知らざぁいって聞かせやしょう

 江の島には大学に入学して直ぐに、観光バスに乗って訪れたことがあるが、40年以上前のことであるから、随分変わっているに違いない。というわけで、忘月忘日江の島を訪れることにした。8時45分に出発して、小田急江の島線に沿って一路南下し、10時15分に江の島に着いた。前日の雨が嘘のように晴れ上がり、気温も高く、絶好の日和である。難を言えば、少々風が強いが、気にするほどのことはない。

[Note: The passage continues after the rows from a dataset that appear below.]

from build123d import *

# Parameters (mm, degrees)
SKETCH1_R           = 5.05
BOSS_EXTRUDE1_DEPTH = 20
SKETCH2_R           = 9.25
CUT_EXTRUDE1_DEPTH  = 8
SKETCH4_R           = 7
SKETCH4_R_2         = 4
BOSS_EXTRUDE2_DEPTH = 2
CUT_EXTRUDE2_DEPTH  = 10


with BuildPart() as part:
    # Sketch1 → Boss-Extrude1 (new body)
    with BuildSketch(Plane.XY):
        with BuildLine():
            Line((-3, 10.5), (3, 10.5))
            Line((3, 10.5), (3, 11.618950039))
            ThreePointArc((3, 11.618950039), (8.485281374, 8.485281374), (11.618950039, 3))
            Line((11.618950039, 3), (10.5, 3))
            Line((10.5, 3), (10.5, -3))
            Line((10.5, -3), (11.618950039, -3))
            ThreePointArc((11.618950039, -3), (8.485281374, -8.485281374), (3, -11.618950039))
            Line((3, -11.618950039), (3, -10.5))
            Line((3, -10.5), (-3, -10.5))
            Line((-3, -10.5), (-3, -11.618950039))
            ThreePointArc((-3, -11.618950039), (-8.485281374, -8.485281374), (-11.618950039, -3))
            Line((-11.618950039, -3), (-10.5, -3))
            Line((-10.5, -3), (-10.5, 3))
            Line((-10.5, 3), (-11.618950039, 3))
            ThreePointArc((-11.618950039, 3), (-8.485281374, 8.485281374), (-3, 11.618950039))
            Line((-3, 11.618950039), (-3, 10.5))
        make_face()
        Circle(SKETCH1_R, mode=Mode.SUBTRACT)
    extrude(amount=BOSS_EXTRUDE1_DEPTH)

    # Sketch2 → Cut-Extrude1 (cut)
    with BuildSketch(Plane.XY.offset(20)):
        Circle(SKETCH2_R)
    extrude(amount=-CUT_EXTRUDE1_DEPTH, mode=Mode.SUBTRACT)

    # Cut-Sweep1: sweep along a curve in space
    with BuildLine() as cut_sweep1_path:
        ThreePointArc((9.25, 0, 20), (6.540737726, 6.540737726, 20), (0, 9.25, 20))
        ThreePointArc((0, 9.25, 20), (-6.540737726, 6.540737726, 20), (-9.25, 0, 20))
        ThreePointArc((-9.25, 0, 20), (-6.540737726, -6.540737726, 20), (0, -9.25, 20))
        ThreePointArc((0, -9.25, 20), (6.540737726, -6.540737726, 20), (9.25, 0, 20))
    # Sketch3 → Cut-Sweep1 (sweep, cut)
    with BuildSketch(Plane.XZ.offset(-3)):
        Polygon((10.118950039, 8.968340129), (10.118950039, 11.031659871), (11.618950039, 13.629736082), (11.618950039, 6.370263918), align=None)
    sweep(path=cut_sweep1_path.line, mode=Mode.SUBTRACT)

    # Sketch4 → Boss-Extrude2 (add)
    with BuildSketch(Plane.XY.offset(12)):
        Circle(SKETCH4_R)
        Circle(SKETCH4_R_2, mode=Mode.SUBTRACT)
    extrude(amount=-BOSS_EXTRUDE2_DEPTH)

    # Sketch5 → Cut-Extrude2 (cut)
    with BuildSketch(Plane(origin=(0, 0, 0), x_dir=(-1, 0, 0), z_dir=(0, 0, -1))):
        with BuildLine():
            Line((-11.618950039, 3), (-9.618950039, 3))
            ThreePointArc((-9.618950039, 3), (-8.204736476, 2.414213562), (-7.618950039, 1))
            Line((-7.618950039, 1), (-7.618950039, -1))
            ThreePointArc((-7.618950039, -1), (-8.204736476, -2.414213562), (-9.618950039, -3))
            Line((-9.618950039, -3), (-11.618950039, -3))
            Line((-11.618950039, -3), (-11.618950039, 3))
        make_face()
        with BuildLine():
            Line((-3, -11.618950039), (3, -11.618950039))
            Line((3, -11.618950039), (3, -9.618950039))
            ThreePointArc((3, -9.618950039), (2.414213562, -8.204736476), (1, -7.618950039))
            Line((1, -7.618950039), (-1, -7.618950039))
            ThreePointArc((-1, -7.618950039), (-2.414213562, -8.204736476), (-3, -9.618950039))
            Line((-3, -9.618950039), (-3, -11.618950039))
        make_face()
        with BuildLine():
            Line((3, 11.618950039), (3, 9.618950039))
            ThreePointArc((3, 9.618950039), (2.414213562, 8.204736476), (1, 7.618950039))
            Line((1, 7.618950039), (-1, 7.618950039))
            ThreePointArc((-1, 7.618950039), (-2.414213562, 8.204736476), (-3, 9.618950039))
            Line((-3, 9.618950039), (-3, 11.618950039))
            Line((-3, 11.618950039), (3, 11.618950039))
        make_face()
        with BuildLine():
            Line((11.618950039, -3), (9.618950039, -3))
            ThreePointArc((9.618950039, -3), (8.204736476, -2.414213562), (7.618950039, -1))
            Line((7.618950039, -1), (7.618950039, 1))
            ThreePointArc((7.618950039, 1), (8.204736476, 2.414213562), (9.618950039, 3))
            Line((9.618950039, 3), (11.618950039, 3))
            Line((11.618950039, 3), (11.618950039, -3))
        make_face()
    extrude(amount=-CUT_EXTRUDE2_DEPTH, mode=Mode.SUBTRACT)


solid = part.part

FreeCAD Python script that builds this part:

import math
import FreeCAD as App
import Part
import Sketcher
Q = App.Units.Quantity

doc = App.newDocument("Part")
body = doc.addObject("PartDesign::Body", "Body")

sketch1 = doc.addObject("Sketcher::SketchObject", "Sketch")
body.addObject(sketch1)
sketch1.AttachmentSupport = (doc.XY_Plane, [""])
sketch1.MapMode = "FlatFace"
sketch1.addGeometry(Part.LineSegment(App.Vector(3, 10.5, 0), App.Vector(-3, 10.5, 0)), False)
sketch1.addGeometry(Part.LineSegment(App.Vector(-3, 10.5, 0), App.Vector(-3, 11.6, 0)), False)
sketch1.addGeometry(Part.ArcOfCircle(Part.Circle(App.Vector(0, 0, 0), App.Vector(0, 0, 1), 12), math.radians(104), math.radians(166)), False)
sketch1.addGeometry(Part.LineSegment(App.Vector(-11.6, 3, 0), App.Vector(-10.5, 3, 0)), False)
sketch1.addGeometry(Part.LineSegment(App.Vector(-10.5, 3, 0), App.Vector(-10.5, -3, 0)), False)
sketch1.addGeometry(Part.LineSegment(App.Vector(-10.5, -3, 0), App.Vector(-11.6, -3, 0)), False)
sketch1.addGeometry(Part.ArcOfCircle(Part.Circle(App.Vector(0, 0, 0), App.Vector(0, 0, 1), 12), math.radians(-166), math.radians(-104)), False)
sketch1.addGeometry(Part.LineSegment(App.Vector(-3, -11.6, 0), App.Vector(-3, -10.5, 0)), False)
sketch1.addGeometry(Part.LineSegment(App.Vector(-3, -10.5, 0), App.Vector(3, -10.5, 0)), False)
sketch1.addGeometry(Part.LineSegment(App.Vector(3, -10.5, 0), App.Vector(3, -11.6, 0)), False)
sketch1.addGeometry(Part.ArcOfCircle(Part.Circle(App.Vector(0, 0, 0), App.Vector(0, 0, 1), 12), math.radians(-76), math.radians(-14)), False)
sketch1.addGeometry(Part.LineSegment(App.Vector(11.6, -3, 0), App.Vector(10.5, -3, 0)), False)
sketch1.addGeometry(Part.LineSegment(App.Vector(10.5, -3, 0), App.Vector(10.5, 3, 0)), False)
sketch1.addGeometry(Part.LineSegment(App.Vector(10.5, 3, 0), App.Vector(11.6, 3, 0)), False)
sketch1.addGeometry(Part.ArcOfCircle(Part.Circle(App.Vector(0, 0, 0), App.Vector(0, 0, 1), 12), math.radians(14), math.radians(76)), False)
sketch1.addGeometry(Part.LineSegment(App.Vector(3, 11.6, 0), App.Vector(3, 10.5, 0)), False)
sketch1.addGeometry(Part.Circle(App.Vector(0, 0, 0), App.Vector(0, 0, 1), 5), False)
sketch1.addConstraint(Sketcher.Constraint("Coincident", 0, 2, 1, 1))
sketch1.addConstraint(Sketcher.Constraint("Coincident", 1, 2, 2, 1))
sketch1.addConstraint(Sketcher.Constraint("Coincident", 2, 2, 3, 1))
sketch1.addConstraint(Sketcher.Constraint("Coincident", 3, 2, 4, 1))
sketch1.addConstraint(Sketcher.Constraint("Coincident", 4, 2, 5, 1))
sketch1.addConstraint(Sketcher.Constraint("Coincident", 5, 2, 6, 1))
sketch1.addConstraint(Sketcher.Constraint("Coincident", 6, 2, 7, 1))
sketch1.addConstraint(Sketcher.Constraint("Coincident", 7, 2, 8, 1))
sketch1.addConstraint(Sketcher.Constraint("Coincident", 8, 2, 9, 1))
sketch1.addConstraint(Sketcher.Constraint("Coincident", 9, 2, 10, 1))
sketch1.addConstraint(Sketcher.Constraint("Coincident", 10, 2, 11, 1))
sketch1.addConstraint(Sketcher.Constraint("Coincident", 11, 2, 12, 1))
sketch1.addConstraint(Sketcher.Constraint("Coincident", 12, 2, 13, 1))
sketch1.addConstraint(Sketcher.Constraint("Coincident", 13, 2, 14, 1))
sketch1.addConstraint(Sketcher.Constraint("Coincident", 14, 2, 15, 1))
sketch1.addConstraint(Sketcher.Constraint("Coincident", 15, 2, 0, 1))
sketch1.addConstraint(Sketcher.Constraint("Horizontal", 0))
sketch1.addConstraint(Sketcher.Constraint("Vertical", 1))
sketch1.addConstraint(Sketcher.Constraint("Horizontal", 3))
sketch1.addConstraint(Sketcher.Constraint("Vertical", 4))
sketch1.addConstraint(Sketcher.Constraint("Horizontal", 5))
sketch1.addConstraint(Sketcher.Constraint("Vertical", 7))
sketch1.addConstraint(Sketcher.Constraint("Horizontal", 8))
sketch1.addConstraint(Sketcher.Constraint("Vertical", 9))
sketch1.addConstraint(Sketcher.Constraint("Horizontal", 11))
sketch1.addConstraint(Sketcher.Constraint("Vertical", 12))
sketch1.addConstraint(Sketcher.Constraint("Horizontal", 13))
sketch1.addConstraint(Sketcher.Constraint("Vertical", 15))
sketch1.addConstraint(Sketcher.Constraint("Coincident", 2, 3, -1, 1))
sketch1.addConstraint(Sketcher.Constraint("Coincident", 6, 3, -1, 1))
sketch1.addConstraint(Sketcher.Constraint("Coincident", 10, 3, -1, 1))
sketch1.addConstraint(Sketcher.Constraint("Coincident", 14, 3, -1, 1))
sketch1.addConstraint(Sketcher.Constraint("Coincident", 16, 3, -1, 1))
sketch1.addConstraint(Sketcher.Constraint("Equal", 2, 6))
sketch1.addConstraint(Sketcher.Constraint("Equal", 6, 10))
sketch1.addConstraint(Sketcher.Constraint("Equal", 10, 14))
sketch1.addConstraint(Sketcher.Constraint("Symmetric", 0, 2, 8, 2, -1, 1))
sketch1.addConstraint(Sketcher.Constraint("Symmetric", 3, 2, 11, 2, -1, 1))
sketch1.addConstraint(Sketcher.Constraint("Horizontal", 6, 2, 9, 2))
sketch1.addConstraint(Sketcher.Constraint("Horizontal", 5, 2, 10, 2))
sketch1.addConstraint(Sketcher.Constraint("Horizontal", 3, 2, 12, 2))
sketch1.addConstraint(Sketcher.Constraint("Horizontal", 1, 2, 14, 2))
sketch1.addConstraint(Sketcher.Constraint("Equal", 13, 1))
sketch1.addConstraint(Sketcher.Constraint("Equal", 8, 4))
sketch1.addConstraint(Sketcher.Constraint("Radius", 2, Q("12 mm")))
sketch1.addConstraint(Sketcher.Constraint("Diameter", 16, Q("10.1 mm")))
sketch1.addConstraint(Sketcher.Constraint("DistanceX", 0, 2, 0, 1, Q("6 mm")))
sketch1.addConstraint(Sketcher.Constraint("DistanceY", -1, 1, 0, 2, Q("10.5 mm")))
pad1 = doc.addObject("PartDesign::Pad", "Pad")
body.addObject(pad1)
pad1.Profile = sketch1
pad1.Length = 20

sketch2 = doc.addObject("Sketcher::SketchObject", "Sketch001")
body.addObject(sketch2)
sketch2.AttachmentSupport = (doc.XY_Plane, [""])
sketch2.MapMode = "FlatFace"
sketch2.AttachmentOffset = App.Placement(App.Vector(0, 0, 20), App.Rotation())
sketch2.addGeometry(Part.Circle(App.Vector(0, 0, 0), App.Vector(0, 0, 1), 9), False)
sketch2.addConstraint(Sketcher.Constraint("Coincident", 0, 3, -1, 1))
sketch2.addConstraint(Sketcher.Constraint("Diameter", 0, Q("18.5 mm")))
pocket1 = doc.addObject("PartDesign::Pocket", "Pocket")
body.addObject(pocket1)
pocket1.Profile = sketch2
pocket1.Length = 8

sketch3 = doc.addObject("Sketcher::SketchObject", "Sketch002")
body.addObject(sketch3)
sketch3.AttachmentSupport = (doc.XZ_Plane, [""])
sketch3.MapMode = "FlatFace"
sketch3.AttachmentOffset = App.Placement(App.Vector(0, 0, -3), App.Rotation())
sketch3.addGeometry(Part.LineSegment(App.Vector(10.1, 11, 0), App.Vector(10.1, 9, 0)), False)
sketch3.addGeometry(Part.LineSegment(App.Vector(10.1, 9, 0), App.Vector(11.6, 6.4, 0)), False)
sketch3.addGeometry(Part.LineSegment(App.Vector(11.6, 6.4, 0), App.Vector(11.6, 13.6, 0)), False)
sketch3.addGeometry(Part.LineSegment(App.Vector(11.6, 13.6, 0), App.Vector(10.1, 11, 0)), False)
sketch3.addConstraint(Sketcher.Constraint("Coincident", 0, 2, 1, 1))
sketch3.addConstraint(Sketcher.Constraint("Coincident", 1, 2, 2, 1))
sketch3.addConstraint(Sketcher.Constraint("Coincident", 2, 2, 3, 1))
sketch3.addConstraint(Sketcher.Constraint("Coincident", 3, 2, 0, 1))
sketch3.addConstraint(Sketcher.Constraint("Vertical", 0))
sketch3.addConstraint(Sketcher.Constraint("Vertical", 2))
sketch3.addConstraint(Sketcher.Constraint("Equal", 1, 3))
sketch3.addConstraint(Sketcher.Constraint("Angle", 1, Q("-60 deg")))
sketch3.addConstraint(Sketcher.Constraint("Distance", 1, Q("3 mm")))
sketch3.addConstraint(Sketcher.Constraint("DistanceY", 0, 2, 0, 1, Q("2.06332 mm")))
sketch3.addConstraint(Sketcher.Constraint("DistanceX", -1, 1, 0, 2, Q("10.11895 mm")))
sketch3.addConstraint(Sketcher.Constraint("DistanceY", -1, 1, 0, 2, Q("8.96834 mm")))

sketch4 = doc.addObject("Sketcher::SketchObject", "Sketch003")
body.addObject(sketch4)
sketch4.AttachmentSupport = (doc.XY_Plane, [""])
sketch4.MapMode = "FlatFace"
sketch4.AttachmentOffset = App.Placement(App.Vector(0, 0, 20), App.Rotation())
sketch4.addGeometry(Part.ArcOfCircle(Part.Circle(App.Vector(0, 0, 0), App.Vector(0, 0, 1), 9), math.radians(0), math.radians(90)), False)
sketch4.addGeometry(Part.ArcOfCircle(Part.Circle(App.Vector(0, 0, 0), App.Vector(0, 0, 1), 9), math.radians(90), math.radians(180)), False)
sketch4.addGeometry(Part.ArcOfCircle(Part.Circle(App.Vector(0, 0, 0), App.Vector(0, 0, 1), 9), math.radians(180), math.radians(270)), False)
sketch4.addGeometry(Part.ArcOfCircle(Part.Circle(App.Vector(0, 0, 0), App.Vector(0, 0, 1), 9), math.radians(-90), math.radians(0)), False)
sketch4.addConstraint(Sketcher.Constraint("Tangent", 0, 2, 1, 1))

後で聞いたニュースで「栃木県内で強風のため家屋が倒壊した」と報道されていたから、相当な強風だったらしい。
 絶好の日和であるが、早く出かけてきただけあって、一番便利な駐車場に車を停めることが出来た。青銅の鳥居をくぐると、土産物屋などが軒を連ねている。江の島といえば「弁天小僧」であり、三浦洸一の唄が頭に浮かぶ。
  ♪牡丹のような お嬢さん
   しっぽ出すぜと 浜松屋
   二の腕かけた 彫り物の
   桜に絡む 緋縮緬
   知らざぁいって 聞かせやしょう
   おっとおいらは 弁天小僧菊之助

  ♪以前をいやぁ 江ノ島の
   年季づとめの お稚児さん
   くすねる銭も 段々に
   とうとう島を 追われ鳥
   噂に高い 白浪の
   おっとおいらは 五人男の切れ端さ

  ♪着慣れた花の 振袖で
   髪も島田に 由比ヶ浜
   だまして取った 百両も
   男とばれちゃ 仕方がねえ
   突き出しなせえ どこへなと
   おっとどっこい 晒は一本切ってきた

  ♪素肌に燃える 長襦袢
   縞の羽織を 南郷に
   着せ掛けられて 帰りしな
   にっこり被る 豆絞り
   鎌倉無宿 島育ち
   おっとどっこい 女にしたい菊之助
 鳥居をくぐって直ぐ右側に、その弁天小僧が稚児をしていたといわれる岩本院の跡がある。「岩本院の稚児あがり、普段着なれし振袖から、髷も島田に由比ヶ浜」の台詞で有名な、河竹黙阿弥の「白浪五人男」の舞台であり、現在は岩本楼という旅館になっている。土産物屋が並ぶ坂を登っていくと、田寸津比売命が祀られている赤い鳥居の江島神社(辺津宮)があり、その先に弁財天がある。奉安殿は入場料300円で「秘宝 八臂弁財天像 妙音弁財天裸像」と書かれている。銭洗い池で100円玉を洗い、銭が貯まるように祈った。大銀杏のまわりには絵馬が鈴なりに掛けられている。
 江島神社(中津宮)には市寸島比売命が祀られている。朱塗りの社殿の前庭には菊五郎、菊之助父子の手形、菊五郎手植えの枝垂れ桜、菊之助手植えの枝垂れ梅、梅幸手植えの枝垂れ梅など歌舞伎に縁のものが並んでいる。法政大学工学部建築学科古川研究室の学生達が、教科書に載せるための資料作りだといって、本殿の測量をしていた。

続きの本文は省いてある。